• _Input_:
- Opening Delimiter -
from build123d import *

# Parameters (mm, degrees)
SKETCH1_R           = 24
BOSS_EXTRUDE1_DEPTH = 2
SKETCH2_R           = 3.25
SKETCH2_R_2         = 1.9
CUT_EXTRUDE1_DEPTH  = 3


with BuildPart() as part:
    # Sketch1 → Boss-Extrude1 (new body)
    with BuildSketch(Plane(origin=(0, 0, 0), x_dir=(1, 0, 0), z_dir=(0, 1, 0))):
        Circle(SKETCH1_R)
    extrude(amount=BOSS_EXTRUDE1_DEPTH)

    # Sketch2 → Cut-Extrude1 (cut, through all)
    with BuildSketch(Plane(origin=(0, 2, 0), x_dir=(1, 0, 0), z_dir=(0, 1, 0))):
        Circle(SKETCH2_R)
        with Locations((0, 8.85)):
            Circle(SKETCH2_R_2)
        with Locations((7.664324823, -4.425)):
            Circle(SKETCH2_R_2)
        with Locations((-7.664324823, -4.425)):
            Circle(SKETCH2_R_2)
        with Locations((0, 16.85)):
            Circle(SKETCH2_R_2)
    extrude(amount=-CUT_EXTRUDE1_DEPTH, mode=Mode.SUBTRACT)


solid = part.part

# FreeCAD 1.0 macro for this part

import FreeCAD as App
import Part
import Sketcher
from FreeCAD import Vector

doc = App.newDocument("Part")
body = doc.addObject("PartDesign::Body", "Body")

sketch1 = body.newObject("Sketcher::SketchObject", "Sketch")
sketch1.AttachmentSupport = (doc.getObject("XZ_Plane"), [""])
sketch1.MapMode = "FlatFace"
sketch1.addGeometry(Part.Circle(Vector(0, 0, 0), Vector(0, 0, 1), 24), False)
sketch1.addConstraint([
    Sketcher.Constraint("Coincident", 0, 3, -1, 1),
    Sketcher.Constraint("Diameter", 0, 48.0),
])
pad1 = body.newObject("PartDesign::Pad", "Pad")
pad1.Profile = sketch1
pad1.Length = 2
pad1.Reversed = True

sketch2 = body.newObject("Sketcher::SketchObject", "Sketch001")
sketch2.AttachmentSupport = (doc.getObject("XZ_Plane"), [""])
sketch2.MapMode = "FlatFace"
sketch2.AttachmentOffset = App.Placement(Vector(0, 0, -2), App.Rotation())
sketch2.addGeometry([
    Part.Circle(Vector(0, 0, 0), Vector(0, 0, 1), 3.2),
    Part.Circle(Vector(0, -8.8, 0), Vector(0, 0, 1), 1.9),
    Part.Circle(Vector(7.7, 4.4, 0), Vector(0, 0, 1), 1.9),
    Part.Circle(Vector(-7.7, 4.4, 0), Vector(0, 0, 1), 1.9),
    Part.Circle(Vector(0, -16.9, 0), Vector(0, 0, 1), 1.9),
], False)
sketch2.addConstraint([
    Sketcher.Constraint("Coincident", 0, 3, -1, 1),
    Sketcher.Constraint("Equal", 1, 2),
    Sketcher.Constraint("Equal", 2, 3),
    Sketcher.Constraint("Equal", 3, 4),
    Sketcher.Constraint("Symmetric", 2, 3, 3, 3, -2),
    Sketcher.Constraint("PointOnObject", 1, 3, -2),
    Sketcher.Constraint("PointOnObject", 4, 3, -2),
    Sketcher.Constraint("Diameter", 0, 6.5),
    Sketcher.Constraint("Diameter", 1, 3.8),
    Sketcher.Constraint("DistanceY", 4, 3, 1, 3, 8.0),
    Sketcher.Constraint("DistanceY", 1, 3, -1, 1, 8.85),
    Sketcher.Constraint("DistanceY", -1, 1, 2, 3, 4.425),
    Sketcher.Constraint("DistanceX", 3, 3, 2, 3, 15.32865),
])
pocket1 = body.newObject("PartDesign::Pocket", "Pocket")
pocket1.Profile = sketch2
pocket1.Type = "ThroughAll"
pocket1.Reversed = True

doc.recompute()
- Closing Delimiter -
- Opening Delimiter -
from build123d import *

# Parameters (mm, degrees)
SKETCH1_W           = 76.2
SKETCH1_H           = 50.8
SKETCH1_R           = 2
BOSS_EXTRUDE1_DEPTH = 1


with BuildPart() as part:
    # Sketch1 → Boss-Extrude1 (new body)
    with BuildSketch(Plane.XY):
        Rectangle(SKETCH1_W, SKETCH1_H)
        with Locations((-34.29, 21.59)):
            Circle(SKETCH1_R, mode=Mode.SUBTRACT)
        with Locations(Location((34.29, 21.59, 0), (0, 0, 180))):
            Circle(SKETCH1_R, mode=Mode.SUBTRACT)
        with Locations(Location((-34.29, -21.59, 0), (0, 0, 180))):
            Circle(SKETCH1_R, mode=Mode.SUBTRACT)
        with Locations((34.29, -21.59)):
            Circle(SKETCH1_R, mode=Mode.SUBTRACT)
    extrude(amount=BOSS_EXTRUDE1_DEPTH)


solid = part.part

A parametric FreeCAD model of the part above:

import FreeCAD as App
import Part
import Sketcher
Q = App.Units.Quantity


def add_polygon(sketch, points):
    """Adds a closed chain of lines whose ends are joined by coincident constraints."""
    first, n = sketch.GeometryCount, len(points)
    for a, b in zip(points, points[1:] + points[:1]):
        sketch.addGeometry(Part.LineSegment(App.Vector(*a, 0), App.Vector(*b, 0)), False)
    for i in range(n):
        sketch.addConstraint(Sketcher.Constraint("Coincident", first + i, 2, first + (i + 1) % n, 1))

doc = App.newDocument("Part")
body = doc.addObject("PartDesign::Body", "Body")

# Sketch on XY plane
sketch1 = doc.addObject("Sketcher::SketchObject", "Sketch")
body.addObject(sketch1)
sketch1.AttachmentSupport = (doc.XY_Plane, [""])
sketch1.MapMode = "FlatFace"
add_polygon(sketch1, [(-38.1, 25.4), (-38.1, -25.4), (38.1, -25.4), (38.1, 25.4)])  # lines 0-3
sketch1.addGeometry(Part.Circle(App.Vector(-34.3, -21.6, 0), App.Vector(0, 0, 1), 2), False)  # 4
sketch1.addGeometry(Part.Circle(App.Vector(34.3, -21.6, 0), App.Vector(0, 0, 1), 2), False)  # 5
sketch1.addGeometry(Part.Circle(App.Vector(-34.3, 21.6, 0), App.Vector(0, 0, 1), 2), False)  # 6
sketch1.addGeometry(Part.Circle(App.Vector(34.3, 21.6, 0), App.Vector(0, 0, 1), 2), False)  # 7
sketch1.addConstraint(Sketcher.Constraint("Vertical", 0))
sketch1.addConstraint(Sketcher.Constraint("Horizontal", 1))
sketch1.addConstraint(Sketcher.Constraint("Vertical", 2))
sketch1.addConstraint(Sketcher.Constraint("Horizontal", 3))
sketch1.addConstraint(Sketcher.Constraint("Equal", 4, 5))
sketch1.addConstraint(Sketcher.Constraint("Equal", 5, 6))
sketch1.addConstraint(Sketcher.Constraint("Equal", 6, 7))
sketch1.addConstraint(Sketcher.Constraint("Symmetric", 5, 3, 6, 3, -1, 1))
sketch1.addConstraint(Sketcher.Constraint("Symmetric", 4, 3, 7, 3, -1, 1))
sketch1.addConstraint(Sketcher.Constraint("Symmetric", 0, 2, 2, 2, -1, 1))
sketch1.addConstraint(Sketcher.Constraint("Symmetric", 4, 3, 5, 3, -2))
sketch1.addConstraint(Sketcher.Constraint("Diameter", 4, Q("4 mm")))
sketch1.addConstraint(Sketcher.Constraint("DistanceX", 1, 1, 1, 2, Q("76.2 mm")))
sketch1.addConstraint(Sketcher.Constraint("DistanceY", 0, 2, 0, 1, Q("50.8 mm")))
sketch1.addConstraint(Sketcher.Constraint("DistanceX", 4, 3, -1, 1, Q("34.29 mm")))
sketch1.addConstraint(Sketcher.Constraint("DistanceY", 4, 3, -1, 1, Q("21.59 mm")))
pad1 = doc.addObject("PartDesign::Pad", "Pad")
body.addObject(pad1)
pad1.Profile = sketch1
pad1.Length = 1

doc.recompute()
- Closing Delimiter -
• _Aim of the task_: Return the lines containing "BuildSketch", taking each one from the listing.

• _Exercise result_:
    with BuildSketch(Plane(origin=(0, 0, 0), x_dir=(1, 0, 0), z_dir=(0, 1, 0))):
    with BuildSketch(Plane(origin=(0, 2, 0), x_dir=(1, 0, 0), z_dir=(0, 1, 0))):
    with BuildSketch(Plane.XY):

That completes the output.